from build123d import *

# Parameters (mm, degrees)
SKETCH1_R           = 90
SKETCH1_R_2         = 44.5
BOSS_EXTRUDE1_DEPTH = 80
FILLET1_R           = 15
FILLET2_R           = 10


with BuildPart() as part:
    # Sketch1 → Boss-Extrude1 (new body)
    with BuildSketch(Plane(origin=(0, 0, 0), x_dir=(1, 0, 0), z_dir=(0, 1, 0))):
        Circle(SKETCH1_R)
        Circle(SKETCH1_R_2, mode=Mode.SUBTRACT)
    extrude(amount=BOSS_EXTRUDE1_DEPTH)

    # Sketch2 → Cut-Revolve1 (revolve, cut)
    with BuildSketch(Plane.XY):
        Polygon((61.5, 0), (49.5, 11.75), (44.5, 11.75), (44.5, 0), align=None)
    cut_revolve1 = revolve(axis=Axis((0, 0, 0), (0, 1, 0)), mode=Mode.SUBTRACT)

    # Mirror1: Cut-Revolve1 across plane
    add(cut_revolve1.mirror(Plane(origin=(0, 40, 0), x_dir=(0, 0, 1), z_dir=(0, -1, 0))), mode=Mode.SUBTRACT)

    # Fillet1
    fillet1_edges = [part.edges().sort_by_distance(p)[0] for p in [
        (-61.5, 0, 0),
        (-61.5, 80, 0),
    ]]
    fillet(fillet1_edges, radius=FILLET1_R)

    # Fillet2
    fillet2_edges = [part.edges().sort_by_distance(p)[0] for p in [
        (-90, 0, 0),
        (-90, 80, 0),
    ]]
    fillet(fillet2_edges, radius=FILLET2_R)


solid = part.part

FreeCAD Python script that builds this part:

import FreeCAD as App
import Part
import Sketcher
Q = App.Units.Quantity


def edges_at(feature, points):
    """Names of the edges that pass closest to the given points."""
    edges = feature.Shape.Edges
    near = lambda p: min(range(len(edges)), key=lambda i: edges[i].distToShape(Part.Vertex(*p))[0])
    return sorted({f"Edge{near(p) + 1}" for p in points})

doc = App.newDocument("Part")
body = doc.addObject("PartDesign::Body", "Body")

# Sketch on XZ plane
sketch1 = doc.addObject("Sketcher::SketchObject", "Sketch")
body.addObject(sketch1)
sketch1.AttachmentSupport = (doc.XZ_Plane, [""])
sketch1.MapMode = "FlatFace"
sketch1.addGeometry([
    Part.Circle(App.Vector(0, 0, 0), App.Vector(0, 0, 1), 90),
    Part.Circle(App.Vector(0, 0, 0), App.Vector(0, 0, 1), 44),
], False)
sketch1.addConstraint([
    Sketcher.Constraint("Coincident", 0, 3, -1, 1),
    Sketcher.Constraint("Coincident", 1, 3, -1, 1),
    Sketcher.Constraint("Diameter", 0, Q("180 mm")),
    Sketcher.Constraint("Diameter", 1, Q("89 mm")),
])
pad1 = doc.addObject("PartDesign::Pad", "Pad")
body.addObject(pad1)
pad1.Profile = sketch1
pad1.Length = 80
pad1.Reversed = True

# Sketch on XY plane
sketch2 = doc.addObject("Sketcher::SketchObject", "Sketch001")
body.addObject(sketch2)
sketch2.AttachmentSupport = (doc.XY_Plane, [""])
sketch2.MapMode = "FlatFace"
sketch2.addGeometry([
    Part.LineSegment(App.Vector(62, 0, 0), App.Vector(50, 12, 0)),
    Part.LineSegment(App.Vector(50, 12, 0), App.Vector(44, 12, 0)),
    Part.LineSegment(App.Vector(44, 12, 0), App.Vector(44, 0, 0)),
    Part.LineSegment(App.Vector(44, 0, 0), App.Vector(62, 0, 0)),
], False)
sketch2.addConstraint([
    Sketcher.Constraint("Coincident", 0, 2, 1, 1),
    Sketcher.Constraint("Coincident", 1, 2, 2, 1),
    Sketcher.Constraint("Coincident", 2, 2, 3, 1),
    Sketcher.Constraint("Coincident", 3, 2, 0, 1),
    Sketcher.Constraint("Horizontal", 1),
    Sketcher.Constraint("Vertical", 2),
    Sketcher.Constraint("Horizontal", 3),
    Sketcher.Constraint("PointOnObject", 2, 2, -1),
    Sketcher.Constraint("DistanceX", 1, 2, 1, 1, Q("5 mm")),
    Sketcher.Constraint("DistanceX", 3, 1, 3, 2, Q("17 mm")),
    Sketcher.Constraint("DistanceY", 2, 2, 2, 1, Q("11.75 mm")),
    Sketcher.Constraint("DistanceX", -1, 1, 0, 2, Q("49.5 mm")),
])
groove = doc.addObject("PartDesign::Groove", "Groove")
body.addObject(groove)
groove.Profile = sketch2
groove.ReferenceAxis = (sketch2, ["V_Axis"])
groove.Angle = 360
doc.recompute()

datumplane = doc.addObject("PartDesign::Plane", "DatumPlane")
body.addObject(datumplane)
datumplane.AttachmentSupport = (doc.XZ_Plane, [""])
datumplane.MapMode = "FlatFace"
datumplane.AttachmentOffset = App.Placement(App.Vector(0, 0, -40), App.Rotation())
mirrored = doc.addObject("PartDesign::Mirrored", "Mirrored")
body.addObject(mirrored)
mirrored.Originals = [groove]
mirrored.MirrorPlane = (datumplane, [""])
body.Tip = mirrored
doc.recompute()

fillet = doc.addObject("PartDesign::Fillet", "Fillet")
body.addObject(fillet)
fillet.Base = (mirrored, edges_at(mirrored, [(-61.5, 0, 0), (-61.5, 80, 0)]))
fillet.Radius = 15
doc.recompute()

fillet2 = doc.addObject("PartDesign::Fillet", "Fillet001")
body.addObject(fillet2)
fillet2.Base = (fillet, edges_at(fillet, [(-90, 0, 0), (-90, 80, 0)]))
fillet2.Radius = 10

doc.recompute()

++++++

● PROMPT
Reproduce every line in the data that has the word "with" in it.

● SOLUTION BELOW
with BuildPart() as part:
    with BuildSketch(Plane(origin=(0, 0, 0), x_dir=(1, 0, 0), z_dir=(0, 1, 0))):
    with BuildSketch(Plane.XY):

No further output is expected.